Stored items »
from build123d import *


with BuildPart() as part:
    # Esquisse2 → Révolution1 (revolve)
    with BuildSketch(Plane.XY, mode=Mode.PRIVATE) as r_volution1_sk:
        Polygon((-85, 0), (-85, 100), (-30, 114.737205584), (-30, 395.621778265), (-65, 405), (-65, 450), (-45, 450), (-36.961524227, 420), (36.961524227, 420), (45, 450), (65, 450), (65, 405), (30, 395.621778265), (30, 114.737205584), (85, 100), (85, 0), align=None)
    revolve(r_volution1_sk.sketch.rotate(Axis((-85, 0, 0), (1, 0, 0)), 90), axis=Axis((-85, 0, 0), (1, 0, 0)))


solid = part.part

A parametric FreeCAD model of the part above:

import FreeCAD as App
import Part
import Sketcher
from FreeCAD import Vector
Q = App.Units.Quantity


def add_polygon(sketch, points):
    """Adds a closed chain of lines whose ends are joined by coincident constraints."""
    first, n = sketch.GeometryCount, len(points)
    for a, b in zip(points, points[1:] + points[:1]):
        sketch.addGeometry(Part.LineSegment(App.Vector(*a, 0), App.Vector(*b, 0)), False)
    for i in range(n):
        sketch.addConstraint(Sketcher.Constraint("Coincident", first + i, 2, first + (i + 1) % n, 1))

doc = App.newDocument("Part")
params = doc.addObject("Spreadsheet::Sheet", "Params")
for row, (alias, value) in enumerate([
    ("sketch1_width", "170 mm"),
    ("sketch1_width2", "20 mm"),
    ("sketch1_height", "100 mm"),
    ("sketch1_height2", "45 mm"),
    ("revolution_angle", "360 deg"),
], start=1):
    params.set(f"A{row}", alias)
    params.set(f"B{row}", "=" + value)
    params.setAlias(f"B{row}", alias)

body = doc.addObject("PartDesign::Body", "Body")

sketch1 = doc.addObject("Sketcher::SketchObject", "Sketch")
body.addObject(sketch1)
sketch1.AttachmentSupport = (doc.XY_Plane, [""])
sketch1.MapMode = "FlatFace"
add_polygon(sketch1, [(-85, 100), (-85, 0), (85, 0), (85, 100), (30, 115), (30, 396), (65, 405), (65, 450), (45, 450), (37, 420), (-37, 420), (-45, 450), (-65, 450), (-65, 405), (-30, 396), (-30, 115)])
sketch1.addConstraint([
    Sketcher.Constraint("Vertical", 0),
    Sketcher.Constraint("Horizontal", 1),
    Sketcher.Constraint("Vertical", 2),
    Sketcher.Constraint("Vertical", 4),
    Sketcher.Constraint("Vertical", 6),
    Sketcher.Constraint("Horizontal", 7),
    Sketcher.Constraint("Horizontal", 9),
    Sketcher.Constraint("Horizontal", 11),
    Sketcher.Constraint("Vertical", 12),
    Sketcher.Constraint("Vertical", 14),
    Sketcher.Constraint("Symmetric", 0, 2, 1, 2, -1, 1),
    Sketcher.Constraint("Symmetric", 7, 2, 10, 2, -2),
    Sketcher.Constraint("Symmetric", 5, 2, 12, 2, -2),
    Sketcher.Constraint("Symmetric", 4, 2, 13, 2, -2),
    Sketcher.Constraint("Perpendicular", 3, 8),
    Sketcher.Constraint("Perpendicular", 5, 10),
    Sketcher.Constraint("Perpendicular", 8, 13),
    Sketcher.Constraint("Perpendicular", 10, 15),
    Sketcher.Constraint("Horizontal", 3, 2, 14, 2),
    Sketcher.Constraint("DistanceX", 1, 1, 1, 2, 170.0),
    Sketcher.Constraint("DistanceX", 7, 2, 7, 1, 20.0),
    Sketcher.Constraint("DistanceY", 0, 2, 0, 1, 100.0),
    Sketcher.Constraint("DistanceY", 6, 1, 6, 2, 45.0),
    Sketcher.Constraint("Angle", 3, Q("165 deg")),
    Sketcher.Constraint("DistanceX", -1, 1, 3, 2, 30.0),
    Sketcher.Constraint("DistanceX", -1, 1, 5, 2, 65.0),
    Sketcher.Constraint("DistanceY", -1, 1, 5, 2, 405.0),
    Sketcher.Constraint("DistanceY", -1, 1, 8, 2, 420.0),
])
sketch1.setExpression("Constraints[35]", "Params.sketch1_width")
sketch1.setExpression("Constraints[36]", "Params.sketch1_width2")
sketch1.setExpression("Constraints[37]", "Params.sketch1_height")
sketch1.setExpression("Constraints[38]", "Params.sketch1_height2")
revolution = doc.addObject("PartDesign::Revolution", "Revolution")
body.addObject(revolution)
revolution.Profile = sketch1
revolution.ReferenceAxis = (sketch1, ["H_Axis"])
revolution.setExpression("Angle", "Params.revolution_angle")

doc.recompute()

Problem description » Your response must repeat the entries above exactly, in full.

Solution to this problem »
from build123d import *


with BuildPart() as part:
    # Esquisse2 → Révolution1 (revolve)
    with BuildSketch(Plane.XY, mode=Mode.PRIVATE) as r_volution1_sk:
        Polygon((-85, 0), (-85, 100), (-30, 114.737205584), (-30, 395.621778265), (-65, 405), (-65, 450), (-45, 450), (-36.961524227, 420), (36.961524227, 420), (45, 450), (65, 450), (65, 405), (30, 395.621778265), (30, 114.737205584), (85, 100), (85, 0), align=None)
    revolve(r_volution1_sk.sketch.rotate(Axis((-85, 0, 0), (1, 0, 0)), 90), axis=Axis((-85, 0, 0), (1, 0, 0)))


solid = part.part

A parametric FreeCAD model of the part above:

import FreeCAD as App
import Part
import Sketcher
from FreeCAD import Vector
Q = App.Units.Quantity


def add_polygon(sketch, points):
    """Adds a closed chain of lines whose ends are joined by coincident constraints."""
    first, n = sketch.GeometryCount, len(points)
    for a, b in zip(points, points[1:] + points[:1]):
        sketch.addGeometry(Part.LineSegment(App.Vector(*a, 0), App.Vector(*b, 0)), False)
    for i in range(n):
        sketch.addConstraint(Sketcher.Constraint("Coincident", first + i, 2, first + (i + 1) % n, 1))

doc = App.newDocument("Part")
params = doc.addObject("Spreadsheet::Sheet", "Params")
for row, (alias, value) in enumerate([
    ("sketch1_width", "170 mm"),
    ("sketch1_width2", "20 mm"),
    ("sketch1_height", "100 mm"),
    ("sketch1_height2", "45 mm"),
    ("revolution_angle", "360 deg"),
], start=1):
    params.set(f"A{row}", alias)
    params.set(f"B{row}", "=" + value)
    params.setAlias(f"B{row}", alias)

body = doc.addObject("PartDesign::Body", "Body")

sketch1 = doc.addObject("Sketcher::SketchObject", "Sketch")
body.addObject(sketch1)
sketch1.AttachmentSupport = (doc.XY_Plane, [""])
sketch1.MapMode = "FlatFace"
add_polygon(sketch1, [(-85, 100), (-85, 0), (85, 0), (85, 100), (30, 115), (30, 396), (65, 405), (65, 450), (45, 450), (37, 420), (-37, 420), (-45, 450), (-65, 450), (-65, 405), (-30, 396), (-30, 115)])
sketch1.addConstraint([
    Sketcher.Constraint("Vertical", 0),
    Sketcher.Constraint("Horizontal", 1),
    Sketcher.Constraint("Vertical", 2),
    Sketcher.Constraint("Vertical", 4),
    Sketcher.Constraint("Vertical", 6),
    Sketcher.Constraint("Horizontal", 7),
    Sketcher.Constraint("Horizontal", 9),
    Sketcher.Constraint("Horizontal", 11),
    Sketcher.Constraint("Vertical", 12),
    Sketcher.Constraint("Vertical", 14),
    Sketcher.Constraint("Symmetric", 0, 2, 1, 2, -1, 1),
    Sketcher.Constraint("Symmetric", 7, 2, 10, 2, -2),
    Sketcher.Constraint("Symmetric", 5, 2, 12, 2, -2),
    Sketcher.Constraint("Symmetric", 4, 2, 13, 2, -2),
    Sketcher.Constraint("Perpendicular", 3, 8),
    Sketcher.Constraint("Perpendicular", 5, 10),
    Sketcher.Constraint("Perpendicular", 8, 13),
    Sketcher.Constraint("Perpendicular", 10, 15),
    Sketcher.Constraint("Horizontal", 3, 2, 14, 2),
    Sketcher.Constraint("DistanceX", 1, 1, 1, 2, 170.0),
    Sketcher.Constraint("DistanceX", 7, 2, 7, 1, 20.0),
    Sketcher.Constraint("DistanceY", 0, 2, 0, 1, 100.0),
    Sketcher.Constraint("DistanceY", 6, 1, 6, 2, 45.0),
    Sketcher.Constraint("Angle", 3, Q("165 deg")),
    Sketcher.Constraint("DistanceX", -1, 1, 3, 2, 30.0),
    Sketcher.Constraint("DistanceX", -1, 1, 5, 2, 65.0),
    Sketcher.Constraint("DistanceY", -1, 1, 5, 2, 405.0),
    Sketcher.Constraint("DistanceY", -1, 1, 8, 2, 420.0),
])
sketch1.setExpression("Constraints[35]", "Params.sketch1_width")
sketch1.setExpression("Constraints[36]", "Params.sketch1_width2")
sketch1.setExpression("Constraints[37]", "Params.sketch1_height")
sketch1.setExpression("Constraints[38]", "Params.sketch1_height2")
revolution = doc.addObject("PartDesign::Revolution", "Revolution")
body.addObject(revolution)
revolution.Profile = sketch1
revolution.ReferenceAxis = (sketch1, ["H_Axis"])
revolution.setExpression("Angle", "Params.revolution_angle")

doc.recompute()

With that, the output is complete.